[Task description]
Please set down every entry from the listing below, word for word.

+ + + + +

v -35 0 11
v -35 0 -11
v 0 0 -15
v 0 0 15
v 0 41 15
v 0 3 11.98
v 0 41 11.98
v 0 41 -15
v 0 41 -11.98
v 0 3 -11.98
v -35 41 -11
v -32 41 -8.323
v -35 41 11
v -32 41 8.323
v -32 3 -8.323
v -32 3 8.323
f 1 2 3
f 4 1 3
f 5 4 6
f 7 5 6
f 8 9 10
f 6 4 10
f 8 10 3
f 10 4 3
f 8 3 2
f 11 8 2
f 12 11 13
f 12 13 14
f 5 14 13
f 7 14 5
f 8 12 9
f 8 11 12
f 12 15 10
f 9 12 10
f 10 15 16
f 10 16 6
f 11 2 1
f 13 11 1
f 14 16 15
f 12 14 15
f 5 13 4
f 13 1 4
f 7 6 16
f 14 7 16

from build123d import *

# Parameters (mm, degrees)
BOSS_EXTRUDE1_DEPTH = 3
BOSS_EXTRUDE3_DEPTH = 38


with BuildPart() as part:
    # Sketch1 → Boss-Extrude1 (new body)
    with BuildSketch(Plane(origin=(0, 0, 0), x_dir=(1, 0, 0), z_dir=(0, 1, 0))):
        Polygon((-35, 0), (0, 0), (0, 15), (-35, 11), align=None)
        Polygon((-35, -11), (0, -15), (0, 0), (-35, 0), align=None)
    extrude(amount=BOSS_EXTRUDE1_DEPTH)

    # Sketch2 → Boss-Extrude3 (add)
    with BuildSketch(Plane(origin=(0, 3, 0), x_dir=(1, 0, 0), z_dir=(0, 1, 0))):
        Polygon((-35, 11), (-35, -11), (0, -15), (0, -11.980471722), (-32, -8.323328865), (-32, 8.323328865), (0, 11.980471722), (0, 15), align=None)
    extrude(amount=BOSS_EXTRUDE3_DEPTH)


solid = part.part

+ + + + +

[Result of this task]
v -35 0 11
v -35 0 -11
v 0 0 -15
v 0 0 15
v 0 41 15
v 0 3 11.98
v 0 41 11.98
v 0 41 -15
v 0 41 -11.98
v 0 3 -11.98
v -35 41 -11
v -32 41 -8.323
v -35 41 11
v -32 41 8.323
v -32 3 -8.323
v -32 3 8.323
f 1 2 3
f 4 1 3
f 5 4 6
f 7 5 6
f 8 9 10
f 6 4 10
f 8 10 3
f 10 4 3
f 8 3 2
f 11 8 2
f 12 11 13
f 12 13 14
f 5 14 13
f 7 14 5
f 8 12 9
f 8 11 12
f 12 15 10
f 9 12 10
f 10 15 16
f 10 16 6
f 11 2 1
f 13 11 1
f 14 16 15
f 12 14 15
f 5 13 4
f 13 1 4
f 7 6 16
f 14 7 16

from build123d import *

# Parameters (mm, degrees)
BOSS_EXTRUDE1_DEPTH = 3
BOSS_EXTRUDE3_DEPTH = 38


with BuildPart() as part:
    # Sketch1 → Boss-Extrude1 (new body)
    with BuildSketch(Plane(origin=(0, 0, 0), x_dir=(1, 0, 0), z_dir=(0, 1, 0))):
        Polygon((-35, 0), (0, 0), (0, 15), (-35, 11), align=None)
        Polygon((-35, -11), (0, -15), (0, 0), (-35, 0), align=None)
    extrude(amount=BOSS_EXTRUDE1_DEPTH)

    # Sketch2 → Boss-Extrude3 (add)
    with BuildSketch(Plane(origin=(0, 3, 0), x_dir=(1, 0, 0), z_dir=(0, 1, 0))):
        Polygon((-35, 11), (-35, -11), (0, -15), (0, -11.980471722), (-32, -8.323328865), (-32, 8.323328865), (0, 11.980471722), (0, 15), align=None)
    extrude(amount=BOSS_EXTRUDE3_DEPTH)


solid = part.part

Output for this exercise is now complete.